(What to work on)
Repeat exactly what appears from the opening line of the listing to the line with "#3=PRODUCT('','','',(#2));", inclusive.

(Material for this exercise)
........

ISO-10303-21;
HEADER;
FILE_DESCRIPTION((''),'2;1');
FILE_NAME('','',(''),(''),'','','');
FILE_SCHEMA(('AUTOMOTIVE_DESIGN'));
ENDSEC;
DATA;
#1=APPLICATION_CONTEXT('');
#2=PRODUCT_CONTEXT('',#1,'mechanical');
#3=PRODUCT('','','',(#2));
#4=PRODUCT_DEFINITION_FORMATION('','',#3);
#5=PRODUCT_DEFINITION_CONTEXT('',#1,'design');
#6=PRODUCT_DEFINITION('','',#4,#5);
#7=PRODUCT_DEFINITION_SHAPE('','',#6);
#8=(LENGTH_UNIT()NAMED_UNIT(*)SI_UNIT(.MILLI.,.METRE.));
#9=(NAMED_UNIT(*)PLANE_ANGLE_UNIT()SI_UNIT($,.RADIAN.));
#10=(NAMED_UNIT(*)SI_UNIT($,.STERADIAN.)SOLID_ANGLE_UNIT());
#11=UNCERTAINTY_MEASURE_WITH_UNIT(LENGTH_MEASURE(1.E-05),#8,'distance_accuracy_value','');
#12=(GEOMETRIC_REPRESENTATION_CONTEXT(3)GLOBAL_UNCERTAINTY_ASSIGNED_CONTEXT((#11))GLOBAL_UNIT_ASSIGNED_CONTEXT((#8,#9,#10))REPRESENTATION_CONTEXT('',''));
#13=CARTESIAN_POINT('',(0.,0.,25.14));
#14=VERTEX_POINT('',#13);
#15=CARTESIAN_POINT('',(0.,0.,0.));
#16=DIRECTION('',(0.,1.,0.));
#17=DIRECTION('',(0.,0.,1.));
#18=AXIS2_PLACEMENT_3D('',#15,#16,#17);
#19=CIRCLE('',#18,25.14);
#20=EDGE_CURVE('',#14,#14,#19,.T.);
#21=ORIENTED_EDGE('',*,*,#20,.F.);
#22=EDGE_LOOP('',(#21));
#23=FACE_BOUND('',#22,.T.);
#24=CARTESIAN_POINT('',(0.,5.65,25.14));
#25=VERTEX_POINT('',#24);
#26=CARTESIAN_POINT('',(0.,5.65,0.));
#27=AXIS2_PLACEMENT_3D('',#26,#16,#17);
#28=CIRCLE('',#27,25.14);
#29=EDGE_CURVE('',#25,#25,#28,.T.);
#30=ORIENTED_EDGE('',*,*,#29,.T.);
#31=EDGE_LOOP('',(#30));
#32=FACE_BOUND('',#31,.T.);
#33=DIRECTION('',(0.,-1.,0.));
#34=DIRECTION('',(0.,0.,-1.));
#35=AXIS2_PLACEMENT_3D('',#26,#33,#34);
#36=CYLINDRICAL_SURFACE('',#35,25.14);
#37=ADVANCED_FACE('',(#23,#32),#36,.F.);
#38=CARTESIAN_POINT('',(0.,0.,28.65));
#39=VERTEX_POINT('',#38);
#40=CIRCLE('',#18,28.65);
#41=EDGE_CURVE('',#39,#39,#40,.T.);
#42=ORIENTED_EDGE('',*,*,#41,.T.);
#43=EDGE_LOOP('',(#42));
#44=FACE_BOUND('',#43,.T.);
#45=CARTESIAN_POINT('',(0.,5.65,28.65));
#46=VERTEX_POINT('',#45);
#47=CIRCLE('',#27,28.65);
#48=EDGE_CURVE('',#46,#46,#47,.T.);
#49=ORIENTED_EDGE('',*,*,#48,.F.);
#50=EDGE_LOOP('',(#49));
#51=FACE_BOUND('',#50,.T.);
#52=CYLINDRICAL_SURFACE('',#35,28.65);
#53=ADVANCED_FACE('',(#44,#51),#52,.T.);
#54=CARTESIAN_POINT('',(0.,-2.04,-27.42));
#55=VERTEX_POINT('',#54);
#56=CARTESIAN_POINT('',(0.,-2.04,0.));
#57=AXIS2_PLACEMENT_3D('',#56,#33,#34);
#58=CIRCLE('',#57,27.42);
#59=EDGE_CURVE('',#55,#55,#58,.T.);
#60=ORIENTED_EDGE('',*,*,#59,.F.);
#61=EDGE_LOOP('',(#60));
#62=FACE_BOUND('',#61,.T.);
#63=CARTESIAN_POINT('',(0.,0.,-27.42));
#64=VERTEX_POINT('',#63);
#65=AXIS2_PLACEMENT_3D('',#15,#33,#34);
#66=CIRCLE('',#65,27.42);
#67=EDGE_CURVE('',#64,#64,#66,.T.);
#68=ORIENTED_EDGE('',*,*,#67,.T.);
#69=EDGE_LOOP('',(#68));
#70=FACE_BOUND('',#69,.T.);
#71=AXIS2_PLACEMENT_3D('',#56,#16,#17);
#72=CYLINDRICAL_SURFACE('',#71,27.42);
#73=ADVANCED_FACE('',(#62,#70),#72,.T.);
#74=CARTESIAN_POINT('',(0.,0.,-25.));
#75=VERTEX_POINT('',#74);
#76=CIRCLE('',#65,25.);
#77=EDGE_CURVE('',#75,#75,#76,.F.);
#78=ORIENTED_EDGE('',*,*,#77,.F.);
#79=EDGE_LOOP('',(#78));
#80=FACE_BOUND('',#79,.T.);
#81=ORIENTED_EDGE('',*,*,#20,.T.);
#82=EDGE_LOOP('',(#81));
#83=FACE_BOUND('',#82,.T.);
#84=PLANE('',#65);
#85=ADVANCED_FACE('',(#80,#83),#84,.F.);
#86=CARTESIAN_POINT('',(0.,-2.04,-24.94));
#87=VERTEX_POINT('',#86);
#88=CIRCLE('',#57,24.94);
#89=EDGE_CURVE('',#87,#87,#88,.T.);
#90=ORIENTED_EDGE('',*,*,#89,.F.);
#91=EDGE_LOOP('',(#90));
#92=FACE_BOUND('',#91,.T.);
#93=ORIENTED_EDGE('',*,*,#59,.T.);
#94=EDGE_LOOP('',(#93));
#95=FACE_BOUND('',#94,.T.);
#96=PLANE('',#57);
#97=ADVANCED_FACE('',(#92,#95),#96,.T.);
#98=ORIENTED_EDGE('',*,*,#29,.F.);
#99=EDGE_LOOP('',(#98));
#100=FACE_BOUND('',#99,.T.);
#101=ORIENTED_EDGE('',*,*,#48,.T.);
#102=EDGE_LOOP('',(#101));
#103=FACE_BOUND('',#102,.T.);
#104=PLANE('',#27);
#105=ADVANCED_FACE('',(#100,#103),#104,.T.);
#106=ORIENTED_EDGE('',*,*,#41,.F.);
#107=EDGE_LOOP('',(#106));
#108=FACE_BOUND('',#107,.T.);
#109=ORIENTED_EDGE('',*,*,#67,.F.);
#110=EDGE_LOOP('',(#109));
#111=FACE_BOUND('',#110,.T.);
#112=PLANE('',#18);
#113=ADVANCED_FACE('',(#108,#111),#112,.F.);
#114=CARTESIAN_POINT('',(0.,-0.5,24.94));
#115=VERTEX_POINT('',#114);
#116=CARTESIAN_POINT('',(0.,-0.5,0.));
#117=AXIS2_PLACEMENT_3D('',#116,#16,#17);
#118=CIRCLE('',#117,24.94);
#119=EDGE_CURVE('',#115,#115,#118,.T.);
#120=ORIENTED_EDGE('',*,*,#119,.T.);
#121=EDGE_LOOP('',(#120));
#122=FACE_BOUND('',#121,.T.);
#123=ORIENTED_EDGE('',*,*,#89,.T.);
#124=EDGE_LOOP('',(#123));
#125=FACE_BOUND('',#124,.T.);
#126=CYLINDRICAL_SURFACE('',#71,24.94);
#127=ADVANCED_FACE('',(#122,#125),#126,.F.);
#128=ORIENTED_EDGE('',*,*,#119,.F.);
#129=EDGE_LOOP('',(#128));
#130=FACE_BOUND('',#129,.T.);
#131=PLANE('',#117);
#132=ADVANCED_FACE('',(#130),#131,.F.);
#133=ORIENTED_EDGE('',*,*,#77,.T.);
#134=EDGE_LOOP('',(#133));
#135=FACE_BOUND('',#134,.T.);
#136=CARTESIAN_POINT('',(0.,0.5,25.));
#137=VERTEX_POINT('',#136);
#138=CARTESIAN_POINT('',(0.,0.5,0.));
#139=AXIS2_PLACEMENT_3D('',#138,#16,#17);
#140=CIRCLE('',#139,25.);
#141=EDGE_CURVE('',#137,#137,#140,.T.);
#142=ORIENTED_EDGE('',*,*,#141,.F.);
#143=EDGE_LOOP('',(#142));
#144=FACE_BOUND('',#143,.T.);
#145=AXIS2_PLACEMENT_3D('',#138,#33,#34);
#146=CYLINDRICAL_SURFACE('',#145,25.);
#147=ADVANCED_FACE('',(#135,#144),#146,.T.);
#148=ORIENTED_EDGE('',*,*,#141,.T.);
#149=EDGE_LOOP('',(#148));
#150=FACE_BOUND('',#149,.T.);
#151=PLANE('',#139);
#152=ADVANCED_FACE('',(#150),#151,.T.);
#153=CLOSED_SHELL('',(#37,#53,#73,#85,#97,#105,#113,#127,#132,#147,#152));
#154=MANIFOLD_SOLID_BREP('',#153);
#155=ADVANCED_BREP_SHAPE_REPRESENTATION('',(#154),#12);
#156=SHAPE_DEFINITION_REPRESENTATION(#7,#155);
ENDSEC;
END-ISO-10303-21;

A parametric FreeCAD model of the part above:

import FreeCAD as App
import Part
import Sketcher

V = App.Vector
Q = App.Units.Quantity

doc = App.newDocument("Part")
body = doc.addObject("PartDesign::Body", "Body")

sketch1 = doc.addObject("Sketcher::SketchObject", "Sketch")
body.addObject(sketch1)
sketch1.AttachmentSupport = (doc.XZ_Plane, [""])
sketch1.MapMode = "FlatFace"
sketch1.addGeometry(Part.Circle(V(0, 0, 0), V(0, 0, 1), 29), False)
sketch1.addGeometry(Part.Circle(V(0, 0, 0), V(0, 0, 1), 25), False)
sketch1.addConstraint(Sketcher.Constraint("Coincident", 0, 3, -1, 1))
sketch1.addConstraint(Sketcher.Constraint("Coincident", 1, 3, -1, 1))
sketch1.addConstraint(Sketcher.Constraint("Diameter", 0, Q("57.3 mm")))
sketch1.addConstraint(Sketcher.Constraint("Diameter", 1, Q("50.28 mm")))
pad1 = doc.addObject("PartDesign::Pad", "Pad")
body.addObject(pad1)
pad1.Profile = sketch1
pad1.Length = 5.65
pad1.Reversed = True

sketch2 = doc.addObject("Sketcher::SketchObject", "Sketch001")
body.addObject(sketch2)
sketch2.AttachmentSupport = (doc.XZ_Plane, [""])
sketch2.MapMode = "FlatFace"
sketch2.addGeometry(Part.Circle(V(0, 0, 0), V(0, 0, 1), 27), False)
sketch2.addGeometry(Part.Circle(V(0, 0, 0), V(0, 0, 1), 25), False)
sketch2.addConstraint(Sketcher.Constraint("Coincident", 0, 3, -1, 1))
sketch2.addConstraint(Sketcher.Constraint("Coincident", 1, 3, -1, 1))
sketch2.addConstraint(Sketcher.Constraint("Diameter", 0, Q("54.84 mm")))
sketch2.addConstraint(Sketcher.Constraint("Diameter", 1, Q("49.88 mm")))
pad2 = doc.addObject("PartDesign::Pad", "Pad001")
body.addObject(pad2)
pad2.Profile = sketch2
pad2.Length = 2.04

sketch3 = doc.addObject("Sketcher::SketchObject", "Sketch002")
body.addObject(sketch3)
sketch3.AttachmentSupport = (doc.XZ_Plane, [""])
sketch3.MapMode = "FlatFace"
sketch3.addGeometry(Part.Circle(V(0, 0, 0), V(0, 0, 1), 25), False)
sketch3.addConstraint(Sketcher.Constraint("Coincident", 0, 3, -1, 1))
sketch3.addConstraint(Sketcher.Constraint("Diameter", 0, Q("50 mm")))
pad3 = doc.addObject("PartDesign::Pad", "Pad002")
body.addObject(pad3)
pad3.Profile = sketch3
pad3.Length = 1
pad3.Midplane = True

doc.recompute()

........

(Response for this exercise)
ISO-10303-21;
HEADER;
FILE_DESCRIPTION((''),'2;1');
FILE_NAME('','',(''),(''),'','','');
FILE_SCHEMA(('AUTOMOTIVE_DESIGN'));
ENDSEC;
DATA;
#1=APPLICATION_CONTEXT('');
#2=PRODUCT_CONTEXT('',#1,'mechanical');
#3=PRODUCT('','','',(#2));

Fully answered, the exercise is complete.